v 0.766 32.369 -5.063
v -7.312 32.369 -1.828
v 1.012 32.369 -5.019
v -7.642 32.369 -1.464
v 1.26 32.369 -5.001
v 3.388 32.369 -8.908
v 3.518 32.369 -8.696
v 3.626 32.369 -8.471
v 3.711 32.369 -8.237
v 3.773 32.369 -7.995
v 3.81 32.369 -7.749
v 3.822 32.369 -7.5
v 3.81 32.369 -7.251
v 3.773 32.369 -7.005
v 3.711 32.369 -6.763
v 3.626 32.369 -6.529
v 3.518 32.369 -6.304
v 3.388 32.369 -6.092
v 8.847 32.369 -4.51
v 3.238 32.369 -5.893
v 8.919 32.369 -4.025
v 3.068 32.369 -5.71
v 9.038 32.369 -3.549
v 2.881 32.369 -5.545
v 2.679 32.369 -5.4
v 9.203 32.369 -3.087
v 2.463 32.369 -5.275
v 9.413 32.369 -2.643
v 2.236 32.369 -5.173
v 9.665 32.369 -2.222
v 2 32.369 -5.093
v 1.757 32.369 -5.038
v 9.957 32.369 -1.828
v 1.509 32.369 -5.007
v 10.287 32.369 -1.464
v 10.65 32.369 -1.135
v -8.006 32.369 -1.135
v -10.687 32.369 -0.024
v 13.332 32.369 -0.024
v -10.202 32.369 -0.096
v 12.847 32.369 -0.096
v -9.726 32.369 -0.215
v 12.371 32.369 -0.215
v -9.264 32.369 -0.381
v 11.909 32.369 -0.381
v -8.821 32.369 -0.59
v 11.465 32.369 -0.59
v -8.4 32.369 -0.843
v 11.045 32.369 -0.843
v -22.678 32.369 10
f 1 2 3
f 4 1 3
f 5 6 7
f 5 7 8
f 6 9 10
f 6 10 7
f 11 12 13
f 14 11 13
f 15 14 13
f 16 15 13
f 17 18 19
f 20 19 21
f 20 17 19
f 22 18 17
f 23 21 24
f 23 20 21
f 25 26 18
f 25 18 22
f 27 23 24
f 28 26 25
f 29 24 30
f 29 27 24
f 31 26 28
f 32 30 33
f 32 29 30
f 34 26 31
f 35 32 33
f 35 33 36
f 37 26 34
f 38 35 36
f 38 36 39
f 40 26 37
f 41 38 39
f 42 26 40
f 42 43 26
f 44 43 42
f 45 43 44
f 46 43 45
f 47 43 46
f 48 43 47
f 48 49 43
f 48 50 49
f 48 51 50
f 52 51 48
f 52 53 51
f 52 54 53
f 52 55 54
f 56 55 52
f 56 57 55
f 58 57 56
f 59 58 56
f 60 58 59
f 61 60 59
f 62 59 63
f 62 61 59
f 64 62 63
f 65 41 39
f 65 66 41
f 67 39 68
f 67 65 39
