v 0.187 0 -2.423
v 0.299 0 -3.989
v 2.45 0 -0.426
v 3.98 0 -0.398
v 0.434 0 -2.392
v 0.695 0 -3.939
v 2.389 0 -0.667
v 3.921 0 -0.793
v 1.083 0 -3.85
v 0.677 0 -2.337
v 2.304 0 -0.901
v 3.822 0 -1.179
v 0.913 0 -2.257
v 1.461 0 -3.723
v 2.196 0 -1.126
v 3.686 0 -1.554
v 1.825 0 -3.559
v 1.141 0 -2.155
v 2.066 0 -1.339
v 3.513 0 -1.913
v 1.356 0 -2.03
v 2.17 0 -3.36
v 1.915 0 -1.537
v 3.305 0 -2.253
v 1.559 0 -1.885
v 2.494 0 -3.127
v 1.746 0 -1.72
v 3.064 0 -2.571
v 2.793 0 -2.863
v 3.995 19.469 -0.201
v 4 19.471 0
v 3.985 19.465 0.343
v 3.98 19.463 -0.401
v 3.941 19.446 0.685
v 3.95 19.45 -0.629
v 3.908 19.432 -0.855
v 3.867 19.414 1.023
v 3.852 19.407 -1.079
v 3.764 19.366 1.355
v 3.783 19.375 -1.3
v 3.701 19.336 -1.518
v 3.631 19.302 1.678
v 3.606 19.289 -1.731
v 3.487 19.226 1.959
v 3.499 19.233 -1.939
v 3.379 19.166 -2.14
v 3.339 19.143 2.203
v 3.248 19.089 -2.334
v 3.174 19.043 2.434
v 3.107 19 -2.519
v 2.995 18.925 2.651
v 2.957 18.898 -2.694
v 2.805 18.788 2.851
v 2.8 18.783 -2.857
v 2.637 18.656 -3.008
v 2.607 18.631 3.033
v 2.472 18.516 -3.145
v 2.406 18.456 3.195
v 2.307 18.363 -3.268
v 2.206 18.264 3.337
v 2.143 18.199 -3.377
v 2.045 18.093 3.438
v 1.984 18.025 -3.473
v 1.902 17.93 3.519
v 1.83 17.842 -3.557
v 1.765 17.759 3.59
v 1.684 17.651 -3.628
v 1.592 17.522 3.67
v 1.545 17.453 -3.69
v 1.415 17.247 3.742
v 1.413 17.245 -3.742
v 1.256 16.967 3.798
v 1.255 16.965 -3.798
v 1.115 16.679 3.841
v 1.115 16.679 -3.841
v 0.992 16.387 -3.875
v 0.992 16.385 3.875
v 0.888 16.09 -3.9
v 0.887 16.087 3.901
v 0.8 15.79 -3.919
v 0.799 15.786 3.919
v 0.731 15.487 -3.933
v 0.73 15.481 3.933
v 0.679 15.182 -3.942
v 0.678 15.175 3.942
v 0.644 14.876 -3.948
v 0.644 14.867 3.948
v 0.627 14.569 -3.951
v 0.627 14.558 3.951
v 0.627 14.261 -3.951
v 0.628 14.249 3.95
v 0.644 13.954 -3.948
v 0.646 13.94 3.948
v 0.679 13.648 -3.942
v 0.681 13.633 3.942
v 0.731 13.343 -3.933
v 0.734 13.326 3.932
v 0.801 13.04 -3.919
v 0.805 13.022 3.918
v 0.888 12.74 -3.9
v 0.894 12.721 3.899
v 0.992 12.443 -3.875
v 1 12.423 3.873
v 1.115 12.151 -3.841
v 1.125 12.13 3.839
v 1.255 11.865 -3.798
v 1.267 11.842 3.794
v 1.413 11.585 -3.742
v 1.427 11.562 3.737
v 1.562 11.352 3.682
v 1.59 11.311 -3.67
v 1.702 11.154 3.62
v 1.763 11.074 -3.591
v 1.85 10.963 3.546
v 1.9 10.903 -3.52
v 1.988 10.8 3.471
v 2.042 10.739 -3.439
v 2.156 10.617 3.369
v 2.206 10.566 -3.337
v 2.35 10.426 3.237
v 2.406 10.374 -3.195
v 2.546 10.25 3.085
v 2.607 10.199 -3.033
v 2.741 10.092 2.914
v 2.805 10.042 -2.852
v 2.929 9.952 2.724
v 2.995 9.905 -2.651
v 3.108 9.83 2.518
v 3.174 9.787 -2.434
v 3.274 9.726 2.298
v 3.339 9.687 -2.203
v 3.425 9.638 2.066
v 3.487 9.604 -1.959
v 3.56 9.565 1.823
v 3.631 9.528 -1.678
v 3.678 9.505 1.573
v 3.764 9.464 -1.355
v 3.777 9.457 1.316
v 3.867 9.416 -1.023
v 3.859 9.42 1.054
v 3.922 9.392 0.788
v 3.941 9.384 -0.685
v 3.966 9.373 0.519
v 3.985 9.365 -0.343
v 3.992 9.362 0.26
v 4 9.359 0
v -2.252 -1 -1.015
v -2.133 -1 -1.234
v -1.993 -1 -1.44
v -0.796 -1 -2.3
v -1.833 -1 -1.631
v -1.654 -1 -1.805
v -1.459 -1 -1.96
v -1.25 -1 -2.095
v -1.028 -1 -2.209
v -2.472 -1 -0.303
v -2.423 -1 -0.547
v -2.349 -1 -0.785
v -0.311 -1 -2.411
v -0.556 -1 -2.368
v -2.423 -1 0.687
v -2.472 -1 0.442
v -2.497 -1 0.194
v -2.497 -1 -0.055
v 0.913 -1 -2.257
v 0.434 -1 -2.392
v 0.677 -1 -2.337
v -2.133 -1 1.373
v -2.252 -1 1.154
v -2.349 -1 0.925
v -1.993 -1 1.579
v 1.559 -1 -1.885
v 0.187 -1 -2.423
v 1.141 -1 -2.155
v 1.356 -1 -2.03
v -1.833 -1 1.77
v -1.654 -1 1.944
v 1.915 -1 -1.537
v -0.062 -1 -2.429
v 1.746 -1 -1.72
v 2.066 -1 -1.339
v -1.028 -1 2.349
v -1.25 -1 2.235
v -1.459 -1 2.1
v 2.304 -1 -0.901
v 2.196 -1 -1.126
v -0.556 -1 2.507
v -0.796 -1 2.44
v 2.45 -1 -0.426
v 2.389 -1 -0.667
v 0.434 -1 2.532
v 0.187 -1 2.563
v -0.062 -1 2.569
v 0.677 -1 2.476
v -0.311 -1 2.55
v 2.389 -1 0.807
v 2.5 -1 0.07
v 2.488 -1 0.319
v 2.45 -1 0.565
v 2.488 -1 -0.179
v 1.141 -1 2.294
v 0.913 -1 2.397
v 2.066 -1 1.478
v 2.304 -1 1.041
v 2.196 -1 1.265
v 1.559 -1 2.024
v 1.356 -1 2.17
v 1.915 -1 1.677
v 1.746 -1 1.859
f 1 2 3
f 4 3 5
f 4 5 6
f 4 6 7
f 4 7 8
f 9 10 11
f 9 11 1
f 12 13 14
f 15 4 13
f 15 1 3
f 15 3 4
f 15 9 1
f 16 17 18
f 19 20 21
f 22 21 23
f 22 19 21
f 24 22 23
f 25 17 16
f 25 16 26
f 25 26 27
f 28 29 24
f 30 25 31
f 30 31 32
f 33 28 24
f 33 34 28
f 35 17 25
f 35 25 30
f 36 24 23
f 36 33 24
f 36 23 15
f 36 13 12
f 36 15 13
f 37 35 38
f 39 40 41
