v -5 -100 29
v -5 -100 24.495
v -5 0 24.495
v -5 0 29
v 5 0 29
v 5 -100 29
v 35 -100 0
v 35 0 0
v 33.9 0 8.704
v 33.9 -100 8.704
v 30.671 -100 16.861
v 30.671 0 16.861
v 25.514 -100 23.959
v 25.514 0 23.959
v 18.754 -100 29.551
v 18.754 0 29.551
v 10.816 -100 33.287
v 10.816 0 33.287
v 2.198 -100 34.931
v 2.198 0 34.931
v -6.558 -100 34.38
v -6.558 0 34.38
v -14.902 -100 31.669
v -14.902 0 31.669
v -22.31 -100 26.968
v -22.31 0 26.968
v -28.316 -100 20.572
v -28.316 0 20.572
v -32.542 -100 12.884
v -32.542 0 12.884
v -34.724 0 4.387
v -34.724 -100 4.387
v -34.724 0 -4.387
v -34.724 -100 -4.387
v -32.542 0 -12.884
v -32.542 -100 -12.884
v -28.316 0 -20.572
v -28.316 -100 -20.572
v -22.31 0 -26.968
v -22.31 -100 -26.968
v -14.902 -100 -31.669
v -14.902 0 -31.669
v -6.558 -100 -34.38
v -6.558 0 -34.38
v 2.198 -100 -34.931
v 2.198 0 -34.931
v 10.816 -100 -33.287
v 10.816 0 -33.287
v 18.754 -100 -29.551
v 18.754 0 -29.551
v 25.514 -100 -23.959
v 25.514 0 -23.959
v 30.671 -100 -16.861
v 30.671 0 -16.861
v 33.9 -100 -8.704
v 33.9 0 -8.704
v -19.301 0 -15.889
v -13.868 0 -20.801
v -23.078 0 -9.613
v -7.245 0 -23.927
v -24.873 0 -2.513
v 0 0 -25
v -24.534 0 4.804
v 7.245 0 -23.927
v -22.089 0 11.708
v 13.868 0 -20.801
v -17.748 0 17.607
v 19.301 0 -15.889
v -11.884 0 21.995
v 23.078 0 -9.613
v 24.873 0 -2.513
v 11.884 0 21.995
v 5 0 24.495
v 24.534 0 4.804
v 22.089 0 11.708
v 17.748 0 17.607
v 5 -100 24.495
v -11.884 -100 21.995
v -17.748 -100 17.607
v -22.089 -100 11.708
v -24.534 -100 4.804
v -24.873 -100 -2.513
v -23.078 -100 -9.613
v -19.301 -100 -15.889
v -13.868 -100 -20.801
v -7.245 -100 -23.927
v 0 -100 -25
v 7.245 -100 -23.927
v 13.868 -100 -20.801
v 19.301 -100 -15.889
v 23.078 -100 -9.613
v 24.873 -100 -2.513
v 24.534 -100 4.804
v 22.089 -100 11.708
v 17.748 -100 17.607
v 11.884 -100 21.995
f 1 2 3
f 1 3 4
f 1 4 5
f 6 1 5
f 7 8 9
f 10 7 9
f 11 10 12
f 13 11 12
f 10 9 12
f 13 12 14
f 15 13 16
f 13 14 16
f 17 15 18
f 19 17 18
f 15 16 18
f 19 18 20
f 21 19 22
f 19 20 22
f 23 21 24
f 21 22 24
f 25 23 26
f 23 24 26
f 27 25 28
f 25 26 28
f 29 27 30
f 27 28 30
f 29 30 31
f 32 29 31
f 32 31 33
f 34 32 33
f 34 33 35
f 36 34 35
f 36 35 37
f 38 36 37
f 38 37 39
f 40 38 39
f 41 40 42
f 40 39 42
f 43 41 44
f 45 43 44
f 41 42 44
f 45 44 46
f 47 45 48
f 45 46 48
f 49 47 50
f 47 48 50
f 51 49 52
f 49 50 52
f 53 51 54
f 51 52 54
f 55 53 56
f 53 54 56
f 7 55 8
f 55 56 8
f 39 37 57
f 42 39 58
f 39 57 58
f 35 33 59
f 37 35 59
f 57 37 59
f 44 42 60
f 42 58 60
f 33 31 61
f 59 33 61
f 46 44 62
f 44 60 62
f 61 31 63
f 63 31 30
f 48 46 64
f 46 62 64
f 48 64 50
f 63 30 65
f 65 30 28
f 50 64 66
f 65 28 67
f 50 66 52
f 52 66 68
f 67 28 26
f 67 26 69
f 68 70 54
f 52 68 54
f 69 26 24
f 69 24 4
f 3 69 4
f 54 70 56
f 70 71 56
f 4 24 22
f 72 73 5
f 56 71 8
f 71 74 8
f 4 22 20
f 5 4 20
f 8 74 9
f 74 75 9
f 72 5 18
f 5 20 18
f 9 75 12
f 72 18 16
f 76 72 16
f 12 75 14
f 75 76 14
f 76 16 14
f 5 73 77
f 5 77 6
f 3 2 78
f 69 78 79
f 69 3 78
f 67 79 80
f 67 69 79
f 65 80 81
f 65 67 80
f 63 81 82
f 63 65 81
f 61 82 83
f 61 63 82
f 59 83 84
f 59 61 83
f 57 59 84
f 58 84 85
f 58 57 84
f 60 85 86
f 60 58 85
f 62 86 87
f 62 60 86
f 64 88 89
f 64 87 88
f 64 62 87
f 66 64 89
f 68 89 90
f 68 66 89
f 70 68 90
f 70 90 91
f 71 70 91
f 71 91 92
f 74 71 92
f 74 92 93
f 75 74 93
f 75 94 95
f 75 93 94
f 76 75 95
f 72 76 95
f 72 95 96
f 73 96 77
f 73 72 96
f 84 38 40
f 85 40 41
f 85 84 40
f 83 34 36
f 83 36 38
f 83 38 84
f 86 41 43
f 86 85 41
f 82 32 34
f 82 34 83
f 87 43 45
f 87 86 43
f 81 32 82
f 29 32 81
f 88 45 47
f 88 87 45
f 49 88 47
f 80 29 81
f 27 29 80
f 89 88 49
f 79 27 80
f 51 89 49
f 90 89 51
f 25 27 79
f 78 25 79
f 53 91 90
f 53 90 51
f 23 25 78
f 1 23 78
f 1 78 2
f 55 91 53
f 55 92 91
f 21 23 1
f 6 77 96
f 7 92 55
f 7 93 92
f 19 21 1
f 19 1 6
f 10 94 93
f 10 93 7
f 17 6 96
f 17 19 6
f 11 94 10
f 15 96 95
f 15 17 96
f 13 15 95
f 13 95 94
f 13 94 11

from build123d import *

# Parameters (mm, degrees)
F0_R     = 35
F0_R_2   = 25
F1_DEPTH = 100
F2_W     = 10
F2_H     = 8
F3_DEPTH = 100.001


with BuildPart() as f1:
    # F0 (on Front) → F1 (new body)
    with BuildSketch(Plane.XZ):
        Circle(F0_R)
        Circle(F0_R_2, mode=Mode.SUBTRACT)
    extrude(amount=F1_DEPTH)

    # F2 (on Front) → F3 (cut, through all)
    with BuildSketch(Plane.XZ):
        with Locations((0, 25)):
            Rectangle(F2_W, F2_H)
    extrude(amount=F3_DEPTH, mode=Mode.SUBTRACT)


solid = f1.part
+ + + + +
Above are the records; repeat exactly the lines from the one holding "v 3.98 19.463 -0.401" down to the one holding "v 0.646 13.94 3.948", end lines included.

v 3.98 19.463 -0.401
v 3.941 19.446 0.685
v 3.95 19.45 -0.629
v 3.908 19.432 -0.855
v 3.867 19.414 1.023
v 3.852 19.407 -1.079
v 3.764 19.366 1.355
v 3.783 19.375 -1.3
v 3.701 19.336 -1.518
v 3.631 19.302 1.678
v 3.606 19.289 -1.731
v 3.487 19.226 1.959
v 3.499 19.233 -1.939
v 3.379 19.166 -2.14
v 3.339 19.143 2.203
v 3.248 19.089 -2.334
v 3.174 19.043 2.434
v 3.107 19 -2.519
v 2.995 18.925 2.651
v 2.957 18.898 -2.694
v 2.805 18.788 2.851
v 2.8 18.783 -2.857
v 2.637 18.656 -3.008
v 2.607 18.631 3.033
v 2.472 18.516 -3.145
v 2.406 18.456 3.195
v 2.307 18.363 -3.268
v 2.206 18.264 3.337
v 2.143 18.199 -3.377
v 2.045 18.093 3.438
v 1.984 18.025 -3.473
v 1.902 17.93 3.519
v 1.83 17.842 -3.557
v 1.765 17.759 3.59
v 1.684 17.651 -3.628
v 1.592 17.522 3.67
v 1.545 17.453 -3.69
v 1.415 17.247 3.742
v 1.413 17.245 -3.742
v 1.256 16.967 3.798
v 1.255 16.965 -3.798
v 1.115 16.679 3.841
v 1.115 16.679 -3.841
v 0.992 16.387 -3.875
v 0.992 16.385 3.875
v 0.888 16.09 -3.9
v 0.887 16.087 3.901
v 0.8 15.79 -3.919
v 0.799 15.786 3.919
v 0.731 15.487 -3.933
v 0.73 15.481 3.933
v 0.679 15.182 -3.942
v 0.678 15.175 3.942
v 0.644 14.876 -3.948
v 0.644 14.867 3.948
v 0.627 14.569 -3.951
v 0.627 14.558 3.951
v 0.627 14.261 -3.951
v 0.628 14.249 3.95
v 0.644 13.954 -3.948
v 0.646 13.94 3.948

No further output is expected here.